## TASK STATEMENT:
From the entries that follow, reproduce exactly and only the lines from the line with "#98=LINE('',#63,#97);" to the line with "#107=FACE_BOUND('',#106,.T.);", endpoints included.

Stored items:

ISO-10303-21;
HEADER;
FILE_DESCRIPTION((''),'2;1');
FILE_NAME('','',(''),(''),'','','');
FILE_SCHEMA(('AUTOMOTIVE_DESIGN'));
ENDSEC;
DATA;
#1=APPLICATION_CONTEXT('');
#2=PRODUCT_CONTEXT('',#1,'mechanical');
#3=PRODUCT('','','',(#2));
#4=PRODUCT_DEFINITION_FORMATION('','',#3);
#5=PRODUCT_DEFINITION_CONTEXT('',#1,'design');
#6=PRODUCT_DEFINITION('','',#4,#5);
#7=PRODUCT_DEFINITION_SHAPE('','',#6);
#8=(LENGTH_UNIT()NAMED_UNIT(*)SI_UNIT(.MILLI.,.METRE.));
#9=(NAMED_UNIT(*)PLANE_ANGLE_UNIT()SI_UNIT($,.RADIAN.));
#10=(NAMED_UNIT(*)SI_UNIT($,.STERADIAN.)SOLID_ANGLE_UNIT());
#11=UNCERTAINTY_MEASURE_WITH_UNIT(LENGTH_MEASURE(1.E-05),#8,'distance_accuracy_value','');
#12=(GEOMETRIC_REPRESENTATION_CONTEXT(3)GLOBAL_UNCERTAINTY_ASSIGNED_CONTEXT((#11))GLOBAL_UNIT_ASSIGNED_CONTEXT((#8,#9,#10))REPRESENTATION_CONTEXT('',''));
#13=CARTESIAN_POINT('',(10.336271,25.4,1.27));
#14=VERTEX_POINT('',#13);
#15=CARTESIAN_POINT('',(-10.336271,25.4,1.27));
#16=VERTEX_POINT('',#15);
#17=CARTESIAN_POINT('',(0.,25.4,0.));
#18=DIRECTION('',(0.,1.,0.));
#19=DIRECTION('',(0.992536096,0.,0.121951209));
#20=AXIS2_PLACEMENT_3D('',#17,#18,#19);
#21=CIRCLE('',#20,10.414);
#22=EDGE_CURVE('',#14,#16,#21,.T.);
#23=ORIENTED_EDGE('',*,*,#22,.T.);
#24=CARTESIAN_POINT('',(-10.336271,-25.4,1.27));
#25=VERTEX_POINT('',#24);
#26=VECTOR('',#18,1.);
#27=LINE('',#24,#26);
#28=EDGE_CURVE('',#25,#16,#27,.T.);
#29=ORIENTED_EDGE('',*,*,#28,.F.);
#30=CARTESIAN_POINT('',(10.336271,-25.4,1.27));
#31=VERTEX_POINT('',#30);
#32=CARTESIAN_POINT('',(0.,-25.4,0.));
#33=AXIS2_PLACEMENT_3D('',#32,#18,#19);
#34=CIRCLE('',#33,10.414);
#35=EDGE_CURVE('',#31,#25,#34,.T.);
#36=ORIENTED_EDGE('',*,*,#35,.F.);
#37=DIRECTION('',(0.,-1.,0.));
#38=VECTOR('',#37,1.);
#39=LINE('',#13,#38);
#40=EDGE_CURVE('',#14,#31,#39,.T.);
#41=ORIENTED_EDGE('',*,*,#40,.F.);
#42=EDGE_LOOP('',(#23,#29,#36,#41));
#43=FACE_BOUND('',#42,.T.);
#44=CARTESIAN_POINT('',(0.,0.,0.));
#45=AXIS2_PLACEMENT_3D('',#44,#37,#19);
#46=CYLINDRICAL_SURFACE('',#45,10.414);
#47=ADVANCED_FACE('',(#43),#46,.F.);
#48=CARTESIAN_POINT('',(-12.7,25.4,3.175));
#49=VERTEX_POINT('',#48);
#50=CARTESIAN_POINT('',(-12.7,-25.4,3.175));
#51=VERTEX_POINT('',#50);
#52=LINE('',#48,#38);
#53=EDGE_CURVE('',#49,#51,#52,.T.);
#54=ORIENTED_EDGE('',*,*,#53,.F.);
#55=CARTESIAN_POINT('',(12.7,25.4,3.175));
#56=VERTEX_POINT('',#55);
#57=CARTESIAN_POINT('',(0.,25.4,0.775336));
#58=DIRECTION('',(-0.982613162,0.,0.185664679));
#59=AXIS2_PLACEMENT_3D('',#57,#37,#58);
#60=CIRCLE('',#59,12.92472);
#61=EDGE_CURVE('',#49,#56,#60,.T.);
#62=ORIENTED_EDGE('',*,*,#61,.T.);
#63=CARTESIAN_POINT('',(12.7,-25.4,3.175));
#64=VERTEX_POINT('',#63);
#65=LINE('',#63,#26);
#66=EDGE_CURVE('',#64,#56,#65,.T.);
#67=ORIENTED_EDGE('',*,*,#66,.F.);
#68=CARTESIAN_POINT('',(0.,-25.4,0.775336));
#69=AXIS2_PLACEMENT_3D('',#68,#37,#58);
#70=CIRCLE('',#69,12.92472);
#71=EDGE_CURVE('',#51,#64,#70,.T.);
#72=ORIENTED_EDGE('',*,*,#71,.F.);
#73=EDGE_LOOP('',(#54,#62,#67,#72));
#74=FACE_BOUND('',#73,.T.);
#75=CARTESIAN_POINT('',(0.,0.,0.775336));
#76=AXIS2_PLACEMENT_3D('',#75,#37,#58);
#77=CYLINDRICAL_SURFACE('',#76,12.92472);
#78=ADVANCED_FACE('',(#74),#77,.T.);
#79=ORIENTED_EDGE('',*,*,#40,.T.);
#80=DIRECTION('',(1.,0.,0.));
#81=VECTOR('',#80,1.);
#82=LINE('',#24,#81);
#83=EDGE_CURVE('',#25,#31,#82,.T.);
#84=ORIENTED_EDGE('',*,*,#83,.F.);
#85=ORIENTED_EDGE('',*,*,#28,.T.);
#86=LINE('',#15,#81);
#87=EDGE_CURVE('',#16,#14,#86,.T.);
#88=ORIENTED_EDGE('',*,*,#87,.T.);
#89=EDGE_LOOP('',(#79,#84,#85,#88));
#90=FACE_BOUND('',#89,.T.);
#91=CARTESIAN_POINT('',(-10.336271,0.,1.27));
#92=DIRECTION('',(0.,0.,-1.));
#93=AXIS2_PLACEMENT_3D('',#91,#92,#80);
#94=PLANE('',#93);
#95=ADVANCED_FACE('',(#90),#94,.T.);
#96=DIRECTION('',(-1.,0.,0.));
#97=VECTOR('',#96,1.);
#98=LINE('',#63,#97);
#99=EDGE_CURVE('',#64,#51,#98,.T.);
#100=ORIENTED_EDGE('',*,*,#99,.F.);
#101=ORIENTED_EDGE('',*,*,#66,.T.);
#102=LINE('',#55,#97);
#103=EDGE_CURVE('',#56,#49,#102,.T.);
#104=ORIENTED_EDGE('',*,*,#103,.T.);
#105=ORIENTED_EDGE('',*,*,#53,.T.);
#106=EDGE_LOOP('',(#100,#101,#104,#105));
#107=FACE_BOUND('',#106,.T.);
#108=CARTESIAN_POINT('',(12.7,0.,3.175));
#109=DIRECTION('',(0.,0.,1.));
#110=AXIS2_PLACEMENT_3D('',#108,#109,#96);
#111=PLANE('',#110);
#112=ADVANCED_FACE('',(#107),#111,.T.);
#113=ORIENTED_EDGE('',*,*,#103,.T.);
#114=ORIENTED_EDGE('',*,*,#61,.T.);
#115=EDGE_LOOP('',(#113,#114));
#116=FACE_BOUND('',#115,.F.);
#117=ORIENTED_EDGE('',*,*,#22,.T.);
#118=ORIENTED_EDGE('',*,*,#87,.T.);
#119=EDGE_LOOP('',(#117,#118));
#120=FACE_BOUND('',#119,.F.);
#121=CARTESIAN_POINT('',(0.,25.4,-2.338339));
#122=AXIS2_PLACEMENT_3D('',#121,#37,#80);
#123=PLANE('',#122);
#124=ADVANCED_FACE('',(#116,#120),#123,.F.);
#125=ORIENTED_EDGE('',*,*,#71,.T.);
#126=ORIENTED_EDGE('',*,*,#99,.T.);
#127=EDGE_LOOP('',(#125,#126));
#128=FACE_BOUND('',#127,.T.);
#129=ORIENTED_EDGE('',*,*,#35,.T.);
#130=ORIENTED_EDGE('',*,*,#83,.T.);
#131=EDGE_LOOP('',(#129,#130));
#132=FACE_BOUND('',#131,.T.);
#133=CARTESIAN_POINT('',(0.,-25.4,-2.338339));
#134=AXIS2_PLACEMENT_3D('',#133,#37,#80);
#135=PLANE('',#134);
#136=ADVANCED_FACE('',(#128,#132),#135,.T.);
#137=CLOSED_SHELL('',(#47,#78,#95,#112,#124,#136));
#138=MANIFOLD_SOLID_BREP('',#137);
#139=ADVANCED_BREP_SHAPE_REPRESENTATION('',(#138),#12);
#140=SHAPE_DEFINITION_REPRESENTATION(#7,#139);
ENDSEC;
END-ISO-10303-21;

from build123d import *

# Parameters (mm, degrees)
F1_DEPTH = 25.4


with BuildPart() as f1:
    # F0 (on Front) → F1 (new body, symmetric)
    with BuildSketch(Plane.XZ):
        with BuildLine():
            Line((12.7, 3.175), (-12.7, 3.175))
            ThreePointArc((-12.7, 3.175), (0, -12.149384), (12.7, 3.175))
        make_face()
        with BuildLine():
            ThreePointArc((10.336271, 1.27), (0, -10.414), (-10.336271, 1.27))
            Line((-10.336271, 1.27), (10.336271, 1.27))
        make_face(mode=Mode.SUBTRACT)
    extrude(amount=F1_DEPTH, both=True)


solid = f1.part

## RESPONSE:
#98=LINE('',#63,#97);
#99=EDGE_CURVE('',#64,#51,#98,.T.);
#100=ORIENTED_EDGE('',*,*,#99,.F.);
#101=ORIENTED_EDGE('',*,*,#66,.T.);
#102=LINE('',#55,#97);
#103=EDGE_CURVE('',#56,#49,#102,.T.);
#104=ORIENTED_EDGE('',*,*,#103,.T.);
#105=ORIENTED_EDGE('',*,*,#53,.T.);
#106=EDGE_LOOP('',(#100,#101,#104,#105));
#107=FACE_BOUND('',#106,.T.);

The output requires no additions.